Concept and model of a piezoelectric structural fiber for multifunctional composites

Abstract

The use of piezoceramic materials for structural sensing and actuation is a fairly well developed practice that has found use in a wide variety of applications. However, just as advanced composites offer numerous benefits over traditional engineering materials for structural design, actuators that utilize the active properties of piezoelectric fibers can improve upon many of the limitations encountered when using monolithic piezoceramic devices. Several new piezoelectric fiber composites have been developed, however almost all studies have implemented these devices such that they are surface-bonded patches used for sensing or actuation. This paper will introduce a novel active piezoelectric structural fiber that can be laid up in a composite material to perform sensing and actuation, in addition to providing load bearing functionality. The sensing and actuation aspects of this multifunctional material will allow composites to be designed with numerous embedded functions including, structural health monitoring, power generation, vibration sensing and control, damping, and shape control through anisotropic actuation.
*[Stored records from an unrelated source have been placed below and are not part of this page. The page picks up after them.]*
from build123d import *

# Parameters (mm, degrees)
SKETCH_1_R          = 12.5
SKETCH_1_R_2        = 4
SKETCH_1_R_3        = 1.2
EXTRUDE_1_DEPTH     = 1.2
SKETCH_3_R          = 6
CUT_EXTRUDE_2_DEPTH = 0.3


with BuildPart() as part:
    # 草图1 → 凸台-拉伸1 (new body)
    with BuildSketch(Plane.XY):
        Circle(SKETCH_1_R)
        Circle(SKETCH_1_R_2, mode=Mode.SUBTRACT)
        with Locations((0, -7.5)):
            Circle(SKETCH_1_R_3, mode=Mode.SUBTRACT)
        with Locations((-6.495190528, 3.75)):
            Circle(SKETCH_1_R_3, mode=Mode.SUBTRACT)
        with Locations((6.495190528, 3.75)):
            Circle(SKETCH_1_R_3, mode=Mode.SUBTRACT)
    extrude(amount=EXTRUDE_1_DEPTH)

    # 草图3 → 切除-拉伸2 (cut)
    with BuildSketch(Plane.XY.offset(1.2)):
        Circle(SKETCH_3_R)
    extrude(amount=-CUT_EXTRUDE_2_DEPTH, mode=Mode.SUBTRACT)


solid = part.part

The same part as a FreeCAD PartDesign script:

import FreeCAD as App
import Part
import Sketcher

V = App.Vector
Q = App.Units.Quantity

doc = App.newDocument("Part")
body = doc.addObject("PartDesign::Body", "Body")

# Sketch on XY plane
sketch1 = doc.addObject("Sketcher::SketchObject", "Sketch")
body.addObject(sketch1)
sketch1.AttachmentSupport = (doc.XY_Plane, [""])
sketch1.MapMode = "FlatFace"
sketch1.addGeometry([
    Part.Circle(V(0, 0, 0), V(0, 0, 1), 12.5),  # 0
    Part.Circle(V(0, -7.5, 0), V(0, 0, 1), 1.2),  # 1
    Part.Circle(V(0, 0, 0), V(0, 0, 1), 4),  # 2
    Part.Circle(V(-6.5, 3.8, 0), V(0, 0, 1), 1.2),  # 3
    Part.Circle(V(6.5, 3.8, 0), V(0, 0, 1), 1.2),  # 4
], False)
sketch1.addConstraint([
    Sketcher.Constraint("Coincident", 0, 3, -1, 1),
    Sketcher.Constraint("Coincident", 2, 3, -1, 1),
    Sketcher.Constraint("Equal", 1, 3),
    Sketcher.Constraint("Equal", 3, 4),
    Sketcher.Constraint("Symmetric", 3, 3, 4, 3, -2),
    Sketcher.Constraint("PointOnObject", 1, 3, -2),
    Sketcher.Constraint("Diameter", 0, Q("25 mm")),
    Sketcher.Constraint("Diameter", 2, Q("8 mm")),
    Sketcher.Constraint("Diameter", 1, Q("2.4 mm")),
    Sketcher.Constraint("DistanceY", 1, 3, -1, 1, Q("7.5 mm")),
    Sketcher.Constraint("DistanceY", -1, 1, 3, 3, Q("3.75 mm")),
    Sketcher.Constraint("DistanceX", 3, 3, -1, 1, Q("6.495191 mm")),
])
pad1 = doc.addObject("PartDesign::Pad", "Pad")
body.addObject(pad1)
pad1.Profile = sketch1
pad1.Length = 1.2

# Sketch on XY plane
sketch2 = doc.addObject("Sketcher::SketchObject", "Sketch001")
body.addObject(sketch2)
sketch2.AttachmentSupport = (doc.XY_Plane, [""])
sketch2.MapMode = "FlatFace"
sketch2.AttachmentOffset = App.Placement(V(0, 0, 1.2), App.Rotation())
sketch2.addGeometry(Part.Circle(V(0, 0, 0), V(0, 0, 1), 6), False)
sketch2.addConstraint([
    Sketcher.Constraint("Coincident", 0, 3, -1, 1),
    Sketcher.Constraint("Diameter", 0, Q("12 mm")),
])
pocket1 = doc.addObject("PartDesign::Pocket", "Pocket")
body.addObject(pocket1)
pocket1.Profile = sketch2
pocket1.Length = 0.3

doc.recompute()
A one-dimensional micromechanics model of the piezoelectric fiber will be developed to characterize the feasibility of constructing structural composite lamina with high piezoelectric coupling. The theoretical model will be validated through finite element (FE) modeling in ABAQUS. The results will show that the electromechanical coupling of a fiber-reinforced polymer composite incorporating the active structural fiber (ASF) could be more than 70% of the active constituent.